Generation of Sarcoma Tumors Within the Left Lung
Anesthesia was induced by an intraperitoneal injection of pentobarbital sodium (50 mg/kg) and 0.1% atropine (0.05 mL/kg). Orotracheal intubation was performed by tracheal insertion of a 16-gauge polyethylene angiocatheter (Becton Dickinson, Sandy, UT) using a laryngoscope. The catheter was connected to a standard rodent ventilator (Model 683, Harvard Apparatus Inc, Les Ulis, France) and ventilation was performed with a mixture of oxygen and 0.5% to 2% isoflurane (Forene, Abbott, Baar, Switzerland). A tidal volume of 10 mL/kg was adjusted with a respiratory rate of 75 to 90 breaths/min. A small left-sided thoracotomy was performed through the seventh intercostal space, and 0.1 mL of MCA cell solution containing 5.0 x 10⁶ viable tumor cells were injected subpleural into the left lower lobe by use of a 27-gauge needle and a 0.3-mL insulin syringe [21]. The thoracotomy was closed in layers, and the endotracheal tube was removed after spontaneous breathing of the animals.

Antegrade Isolated Perfusion of the Left Tumor-Bearing Lung
Ten days after tumor implantation, single-pass antegrade ILP was performed in 36 animals. Eighteen animals were perfused with doxorubicin (Adriblastin, Pharmacia & Upjohn, Dübendorf, Switzerland) and 18 with Liporubicin.
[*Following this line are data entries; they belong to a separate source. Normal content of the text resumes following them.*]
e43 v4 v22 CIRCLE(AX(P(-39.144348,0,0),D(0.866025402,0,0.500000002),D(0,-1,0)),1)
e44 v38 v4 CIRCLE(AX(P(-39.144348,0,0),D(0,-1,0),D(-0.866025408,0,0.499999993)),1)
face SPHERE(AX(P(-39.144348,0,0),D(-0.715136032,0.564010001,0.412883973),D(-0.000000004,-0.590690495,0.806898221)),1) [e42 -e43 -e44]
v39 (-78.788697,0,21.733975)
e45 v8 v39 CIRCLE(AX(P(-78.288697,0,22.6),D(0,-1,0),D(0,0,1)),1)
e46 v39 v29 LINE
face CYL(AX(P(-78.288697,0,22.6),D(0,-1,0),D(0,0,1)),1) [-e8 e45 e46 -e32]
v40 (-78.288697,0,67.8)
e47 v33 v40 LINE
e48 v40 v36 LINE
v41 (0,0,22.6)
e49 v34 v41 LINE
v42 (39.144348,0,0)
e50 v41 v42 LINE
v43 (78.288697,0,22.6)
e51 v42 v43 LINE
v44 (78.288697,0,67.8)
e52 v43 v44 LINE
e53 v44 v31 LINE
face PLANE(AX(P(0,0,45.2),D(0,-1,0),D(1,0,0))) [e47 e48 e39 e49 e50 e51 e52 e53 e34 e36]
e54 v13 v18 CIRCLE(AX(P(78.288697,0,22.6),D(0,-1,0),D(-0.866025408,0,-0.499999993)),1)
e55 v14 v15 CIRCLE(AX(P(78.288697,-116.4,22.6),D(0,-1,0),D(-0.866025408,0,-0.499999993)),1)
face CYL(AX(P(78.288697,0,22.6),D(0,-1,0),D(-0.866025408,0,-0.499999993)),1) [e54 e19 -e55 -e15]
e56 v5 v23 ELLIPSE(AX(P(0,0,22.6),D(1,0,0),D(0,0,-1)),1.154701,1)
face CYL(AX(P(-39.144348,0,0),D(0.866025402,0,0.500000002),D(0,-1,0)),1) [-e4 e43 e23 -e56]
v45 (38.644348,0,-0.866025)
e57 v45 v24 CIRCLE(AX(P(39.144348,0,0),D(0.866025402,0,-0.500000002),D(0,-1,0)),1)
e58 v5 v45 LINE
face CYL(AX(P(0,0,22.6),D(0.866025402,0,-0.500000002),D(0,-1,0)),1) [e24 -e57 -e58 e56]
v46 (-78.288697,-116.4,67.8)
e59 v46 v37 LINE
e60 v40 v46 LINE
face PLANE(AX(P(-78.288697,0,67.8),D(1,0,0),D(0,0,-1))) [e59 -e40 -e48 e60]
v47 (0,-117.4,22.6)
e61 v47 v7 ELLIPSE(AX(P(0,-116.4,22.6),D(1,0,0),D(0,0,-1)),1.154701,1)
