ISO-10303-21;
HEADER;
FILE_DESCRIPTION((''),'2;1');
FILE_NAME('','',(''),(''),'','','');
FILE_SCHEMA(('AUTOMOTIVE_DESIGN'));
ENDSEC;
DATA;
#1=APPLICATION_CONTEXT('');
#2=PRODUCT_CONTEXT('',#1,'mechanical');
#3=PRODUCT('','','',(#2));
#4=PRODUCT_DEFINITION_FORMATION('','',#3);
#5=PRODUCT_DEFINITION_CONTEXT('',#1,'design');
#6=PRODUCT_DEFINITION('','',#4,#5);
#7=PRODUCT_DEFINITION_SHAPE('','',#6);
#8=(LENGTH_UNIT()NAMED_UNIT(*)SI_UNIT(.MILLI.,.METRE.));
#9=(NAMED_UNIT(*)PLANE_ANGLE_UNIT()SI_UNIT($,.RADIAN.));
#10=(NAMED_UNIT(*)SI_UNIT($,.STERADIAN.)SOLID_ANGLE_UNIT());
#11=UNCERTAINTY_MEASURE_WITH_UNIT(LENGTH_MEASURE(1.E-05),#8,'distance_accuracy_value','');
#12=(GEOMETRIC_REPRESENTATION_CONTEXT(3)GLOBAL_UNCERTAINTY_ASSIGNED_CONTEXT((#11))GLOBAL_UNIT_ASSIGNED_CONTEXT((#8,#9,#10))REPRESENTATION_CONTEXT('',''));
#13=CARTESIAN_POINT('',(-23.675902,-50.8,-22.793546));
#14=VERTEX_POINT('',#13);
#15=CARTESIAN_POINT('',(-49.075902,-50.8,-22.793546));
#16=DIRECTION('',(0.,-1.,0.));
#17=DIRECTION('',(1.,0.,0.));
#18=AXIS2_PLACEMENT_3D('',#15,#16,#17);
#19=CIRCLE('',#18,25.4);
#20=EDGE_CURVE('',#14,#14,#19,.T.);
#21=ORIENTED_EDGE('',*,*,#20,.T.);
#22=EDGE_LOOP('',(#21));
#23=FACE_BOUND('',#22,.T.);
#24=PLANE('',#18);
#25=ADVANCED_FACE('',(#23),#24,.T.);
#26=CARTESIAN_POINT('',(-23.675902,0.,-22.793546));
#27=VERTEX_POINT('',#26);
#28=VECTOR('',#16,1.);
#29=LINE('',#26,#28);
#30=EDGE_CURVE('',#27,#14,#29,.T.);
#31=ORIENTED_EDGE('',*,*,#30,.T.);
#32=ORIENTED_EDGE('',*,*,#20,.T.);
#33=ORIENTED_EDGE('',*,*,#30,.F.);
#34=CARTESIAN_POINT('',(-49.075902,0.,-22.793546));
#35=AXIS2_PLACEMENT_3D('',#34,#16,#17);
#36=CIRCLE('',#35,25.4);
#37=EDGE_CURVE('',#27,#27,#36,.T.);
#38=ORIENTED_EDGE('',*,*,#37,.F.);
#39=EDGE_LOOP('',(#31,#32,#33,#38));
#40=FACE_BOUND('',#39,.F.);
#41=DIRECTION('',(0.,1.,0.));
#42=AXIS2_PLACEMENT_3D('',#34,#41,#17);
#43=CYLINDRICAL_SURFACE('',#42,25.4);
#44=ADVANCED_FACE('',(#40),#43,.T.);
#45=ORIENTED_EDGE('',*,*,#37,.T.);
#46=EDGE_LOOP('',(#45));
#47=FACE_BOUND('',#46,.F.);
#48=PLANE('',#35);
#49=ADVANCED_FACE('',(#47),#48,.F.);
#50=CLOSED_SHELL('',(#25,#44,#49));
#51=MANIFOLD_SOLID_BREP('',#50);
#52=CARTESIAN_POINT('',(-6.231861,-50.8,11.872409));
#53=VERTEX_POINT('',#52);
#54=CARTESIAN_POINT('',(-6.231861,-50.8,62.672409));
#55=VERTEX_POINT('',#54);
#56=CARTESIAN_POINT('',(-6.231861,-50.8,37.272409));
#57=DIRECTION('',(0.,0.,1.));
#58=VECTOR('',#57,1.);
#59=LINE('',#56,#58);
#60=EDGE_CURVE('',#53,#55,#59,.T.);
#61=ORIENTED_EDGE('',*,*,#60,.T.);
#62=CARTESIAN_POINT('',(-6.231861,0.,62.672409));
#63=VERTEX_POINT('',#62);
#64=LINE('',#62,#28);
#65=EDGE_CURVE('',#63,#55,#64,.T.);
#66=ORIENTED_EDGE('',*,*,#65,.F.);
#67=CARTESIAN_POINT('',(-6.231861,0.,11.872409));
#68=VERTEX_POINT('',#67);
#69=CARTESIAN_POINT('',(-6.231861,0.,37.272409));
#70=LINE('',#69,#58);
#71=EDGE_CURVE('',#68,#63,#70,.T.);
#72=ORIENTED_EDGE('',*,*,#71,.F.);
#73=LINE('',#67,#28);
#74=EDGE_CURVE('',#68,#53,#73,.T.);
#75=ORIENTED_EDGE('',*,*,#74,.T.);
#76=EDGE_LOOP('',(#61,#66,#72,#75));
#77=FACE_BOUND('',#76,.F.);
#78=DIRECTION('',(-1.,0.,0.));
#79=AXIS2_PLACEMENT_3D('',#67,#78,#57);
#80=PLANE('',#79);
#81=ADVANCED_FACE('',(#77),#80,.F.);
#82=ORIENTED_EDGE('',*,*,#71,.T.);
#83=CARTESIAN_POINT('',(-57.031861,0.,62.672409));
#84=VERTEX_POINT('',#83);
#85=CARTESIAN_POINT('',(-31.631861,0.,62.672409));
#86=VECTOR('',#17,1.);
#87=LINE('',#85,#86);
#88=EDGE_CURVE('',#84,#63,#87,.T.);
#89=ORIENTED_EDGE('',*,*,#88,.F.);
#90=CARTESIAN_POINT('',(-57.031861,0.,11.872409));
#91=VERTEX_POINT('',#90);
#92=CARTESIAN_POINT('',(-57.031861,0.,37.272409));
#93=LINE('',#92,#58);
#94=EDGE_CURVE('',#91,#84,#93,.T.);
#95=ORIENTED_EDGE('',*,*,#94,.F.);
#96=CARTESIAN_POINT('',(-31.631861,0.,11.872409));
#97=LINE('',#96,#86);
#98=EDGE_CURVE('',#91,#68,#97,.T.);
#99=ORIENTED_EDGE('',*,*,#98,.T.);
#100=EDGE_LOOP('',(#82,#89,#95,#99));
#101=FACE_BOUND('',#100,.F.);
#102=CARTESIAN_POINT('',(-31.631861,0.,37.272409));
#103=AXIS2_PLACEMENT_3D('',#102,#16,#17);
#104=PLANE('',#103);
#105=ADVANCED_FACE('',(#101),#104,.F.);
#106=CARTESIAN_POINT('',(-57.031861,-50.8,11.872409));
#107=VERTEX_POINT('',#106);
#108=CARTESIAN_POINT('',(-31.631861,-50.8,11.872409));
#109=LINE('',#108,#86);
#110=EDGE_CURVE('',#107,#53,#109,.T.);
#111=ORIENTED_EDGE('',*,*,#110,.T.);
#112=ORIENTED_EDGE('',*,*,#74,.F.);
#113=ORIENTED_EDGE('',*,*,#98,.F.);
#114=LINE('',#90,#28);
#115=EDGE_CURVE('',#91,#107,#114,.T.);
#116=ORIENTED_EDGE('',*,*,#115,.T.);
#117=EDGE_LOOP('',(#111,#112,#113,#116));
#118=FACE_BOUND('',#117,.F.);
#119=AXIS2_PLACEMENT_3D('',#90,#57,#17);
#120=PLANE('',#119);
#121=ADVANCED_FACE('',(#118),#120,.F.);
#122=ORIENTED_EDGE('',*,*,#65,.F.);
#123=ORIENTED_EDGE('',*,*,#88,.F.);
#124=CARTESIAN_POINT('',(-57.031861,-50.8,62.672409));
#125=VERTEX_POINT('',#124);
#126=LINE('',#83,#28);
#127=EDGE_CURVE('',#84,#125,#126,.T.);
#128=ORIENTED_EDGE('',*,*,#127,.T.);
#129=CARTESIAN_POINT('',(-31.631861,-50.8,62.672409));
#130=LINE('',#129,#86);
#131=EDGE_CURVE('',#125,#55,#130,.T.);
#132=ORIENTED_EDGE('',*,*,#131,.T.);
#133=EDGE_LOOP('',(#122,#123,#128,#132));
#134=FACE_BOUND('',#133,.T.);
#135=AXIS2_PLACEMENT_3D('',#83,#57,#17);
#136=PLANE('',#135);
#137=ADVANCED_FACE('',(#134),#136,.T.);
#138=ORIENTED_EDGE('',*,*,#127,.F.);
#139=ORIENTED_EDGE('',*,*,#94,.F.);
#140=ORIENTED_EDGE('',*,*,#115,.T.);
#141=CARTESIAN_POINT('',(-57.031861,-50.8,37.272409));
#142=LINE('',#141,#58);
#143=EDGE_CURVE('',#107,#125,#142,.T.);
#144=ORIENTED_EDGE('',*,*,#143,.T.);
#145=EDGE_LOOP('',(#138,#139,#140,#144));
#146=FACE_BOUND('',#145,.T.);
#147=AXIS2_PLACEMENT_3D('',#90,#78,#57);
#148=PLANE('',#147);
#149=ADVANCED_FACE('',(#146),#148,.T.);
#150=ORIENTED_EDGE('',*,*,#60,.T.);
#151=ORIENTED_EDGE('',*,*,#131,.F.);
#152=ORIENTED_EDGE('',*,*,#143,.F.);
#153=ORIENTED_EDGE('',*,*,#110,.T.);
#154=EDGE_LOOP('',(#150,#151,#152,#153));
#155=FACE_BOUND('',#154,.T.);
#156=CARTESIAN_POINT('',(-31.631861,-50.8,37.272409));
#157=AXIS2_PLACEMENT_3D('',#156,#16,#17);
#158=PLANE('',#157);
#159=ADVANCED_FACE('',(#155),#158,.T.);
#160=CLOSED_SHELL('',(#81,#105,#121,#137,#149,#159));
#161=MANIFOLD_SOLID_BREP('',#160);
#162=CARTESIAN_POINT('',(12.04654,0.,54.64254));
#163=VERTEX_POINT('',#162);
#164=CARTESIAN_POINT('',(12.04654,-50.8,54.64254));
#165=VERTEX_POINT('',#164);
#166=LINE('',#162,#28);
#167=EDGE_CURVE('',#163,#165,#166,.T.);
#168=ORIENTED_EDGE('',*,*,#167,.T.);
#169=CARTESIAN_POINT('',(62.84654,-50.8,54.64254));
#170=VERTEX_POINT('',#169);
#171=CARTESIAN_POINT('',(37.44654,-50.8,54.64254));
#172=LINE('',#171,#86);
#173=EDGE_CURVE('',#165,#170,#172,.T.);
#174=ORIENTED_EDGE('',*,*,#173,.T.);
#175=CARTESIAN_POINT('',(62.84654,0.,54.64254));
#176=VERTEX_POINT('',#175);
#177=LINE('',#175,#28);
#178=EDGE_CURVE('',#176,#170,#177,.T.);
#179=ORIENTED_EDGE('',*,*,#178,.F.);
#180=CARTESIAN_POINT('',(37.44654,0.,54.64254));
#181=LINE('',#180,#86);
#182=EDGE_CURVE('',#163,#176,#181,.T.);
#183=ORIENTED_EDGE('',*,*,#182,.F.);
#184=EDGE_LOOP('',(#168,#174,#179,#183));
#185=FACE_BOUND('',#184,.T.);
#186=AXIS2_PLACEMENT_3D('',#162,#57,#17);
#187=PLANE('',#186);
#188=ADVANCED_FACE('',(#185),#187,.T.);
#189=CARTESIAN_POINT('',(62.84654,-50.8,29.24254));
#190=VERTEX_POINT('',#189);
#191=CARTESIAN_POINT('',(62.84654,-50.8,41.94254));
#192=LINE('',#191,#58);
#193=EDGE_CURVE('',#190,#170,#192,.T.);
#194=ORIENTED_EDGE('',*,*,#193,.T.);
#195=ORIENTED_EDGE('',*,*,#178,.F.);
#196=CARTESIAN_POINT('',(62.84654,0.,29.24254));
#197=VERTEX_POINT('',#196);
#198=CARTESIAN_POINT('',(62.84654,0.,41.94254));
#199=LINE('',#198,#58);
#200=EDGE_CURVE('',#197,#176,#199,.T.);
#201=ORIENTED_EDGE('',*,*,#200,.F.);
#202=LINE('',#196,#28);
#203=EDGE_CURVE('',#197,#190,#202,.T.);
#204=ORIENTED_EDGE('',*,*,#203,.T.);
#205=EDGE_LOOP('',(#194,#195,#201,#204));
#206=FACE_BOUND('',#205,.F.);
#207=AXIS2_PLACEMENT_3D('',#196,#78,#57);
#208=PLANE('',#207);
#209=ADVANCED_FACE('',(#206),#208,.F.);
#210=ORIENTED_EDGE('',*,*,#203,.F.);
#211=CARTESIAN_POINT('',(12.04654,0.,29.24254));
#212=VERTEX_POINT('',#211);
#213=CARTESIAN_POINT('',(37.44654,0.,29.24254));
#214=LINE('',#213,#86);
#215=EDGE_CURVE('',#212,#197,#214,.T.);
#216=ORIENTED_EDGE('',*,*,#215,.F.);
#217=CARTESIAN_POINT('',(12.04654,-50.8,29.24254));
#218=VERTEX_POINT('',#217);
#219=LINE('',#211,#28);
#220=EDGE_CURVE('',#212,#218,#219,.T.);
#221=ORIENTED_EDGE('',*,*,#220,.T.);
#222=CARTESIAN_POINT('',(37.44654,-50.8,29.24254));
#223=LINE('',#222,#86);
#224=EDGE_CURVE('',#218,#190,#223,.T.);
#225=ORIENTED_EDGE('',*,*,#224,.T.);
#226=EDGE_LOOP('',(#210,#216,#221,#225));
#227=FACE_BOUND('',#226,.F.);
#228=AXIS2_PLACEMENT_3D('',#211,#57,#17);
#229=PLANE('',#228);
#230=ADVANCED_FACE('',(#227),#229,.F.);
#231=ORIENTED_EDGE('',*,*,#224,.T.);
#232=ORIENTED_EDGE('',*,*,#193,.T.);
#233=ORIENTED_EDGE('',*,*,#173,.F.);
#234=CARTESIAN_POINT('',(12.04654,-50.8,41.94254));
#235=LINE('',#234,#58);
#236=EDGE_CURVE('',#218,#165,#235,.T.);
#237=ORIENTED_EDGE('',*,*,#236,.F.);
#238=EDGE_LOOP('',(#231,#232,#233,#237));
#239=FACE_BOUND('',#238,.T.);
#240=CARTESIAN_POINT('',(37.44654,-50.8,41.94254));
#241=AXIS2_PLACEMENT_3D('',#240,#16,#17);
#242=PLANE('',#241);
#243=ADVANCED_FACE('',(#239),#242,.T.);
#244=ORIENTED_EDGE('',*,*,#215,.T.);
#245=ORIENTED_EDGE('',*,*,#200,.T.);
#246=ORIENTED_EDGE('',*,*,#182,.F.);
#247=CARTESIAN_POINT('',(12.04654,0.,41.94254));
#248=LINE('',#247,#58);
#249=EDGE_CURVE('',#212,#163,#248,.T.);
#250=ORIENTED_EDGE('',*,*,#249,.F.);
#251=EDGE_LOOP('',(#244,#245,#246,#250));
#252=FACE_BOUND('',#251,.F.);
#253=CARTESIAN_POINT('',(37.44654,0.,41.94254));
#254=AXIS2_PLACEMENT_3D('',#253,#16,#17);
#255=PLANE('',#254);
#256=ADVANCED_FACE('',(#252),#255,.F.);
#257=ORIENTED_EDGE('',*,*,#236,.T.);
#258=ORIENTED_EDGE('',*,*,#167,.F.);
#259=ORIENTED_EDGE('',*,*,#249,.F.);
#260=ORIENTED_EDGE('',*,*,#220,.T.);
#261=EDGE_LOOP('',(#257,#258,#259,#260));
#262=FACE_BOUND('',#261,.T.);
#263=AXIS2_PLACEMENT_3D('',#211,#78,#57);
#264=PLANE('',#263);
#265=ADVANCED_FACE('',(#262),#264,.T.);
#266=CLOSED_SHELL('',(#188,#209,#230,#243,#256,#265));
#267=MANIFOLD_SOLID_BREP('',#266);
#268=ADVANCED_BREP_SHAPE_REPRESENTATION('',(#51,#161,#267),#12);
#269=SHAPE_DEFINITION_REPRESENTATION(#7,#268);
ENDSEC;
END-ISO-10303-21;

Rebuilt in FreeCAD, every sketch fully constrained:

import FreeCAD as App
import Part
import Sketcher
from FreeCAD import Vector
Q = App.Units.Quantity


def add_polygon(sketch, points):
    """Adds a closed chain of lines whose ends are joined by coincident constraints."""
    first, n = sketch.GeometryCount, len(points)
    for a, b in zip(points, points[1:] + points[:1]):
        sketch.addGeometry(Part.LineSegment(App.Vector(*a, 0), App.Vector(*b, 0)), False)
    for i in range(n):
        sketch.addConstraint(Sketcher.Constraint("Coincident", first + i, 2, first + (i + 1) % n, 1))

doc = App.newDocument("Part")
params = doc.addObject("Spreadsheet::Sheet", "Params")
for row, (alias, value) in enumerate([
    ("sketch1_width", "2 in"),
    ("pad1_length", "2 in"),
    ("sketch2_width", "2 in"),
    ("sketch2_height", "1 in"),
    ("pad2_length", "2 in"),
    ("sketch3_diameter", "2 in"),
    ("pad3_length", "2 in"),
], start=1):
    params.set(f"A{row}", alias)
    params.set(f"B{row}", "=" + value)
    params.setAlias(f"B{row}", alias)

body = doc.addObject("PartDesign::Body", "Body")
The animals were anesthetized as described. A left-sided thoracotomy was performed through the fourth intercostal space. An operative microscope was used (original magnification x16; Carl Zeiss, Jena, Germany). The inferior pulmonary ligament was divided, and the left lung was retracted anteriorly. The mediastinal pleura were opened, and the left phrenic nerve was preserved.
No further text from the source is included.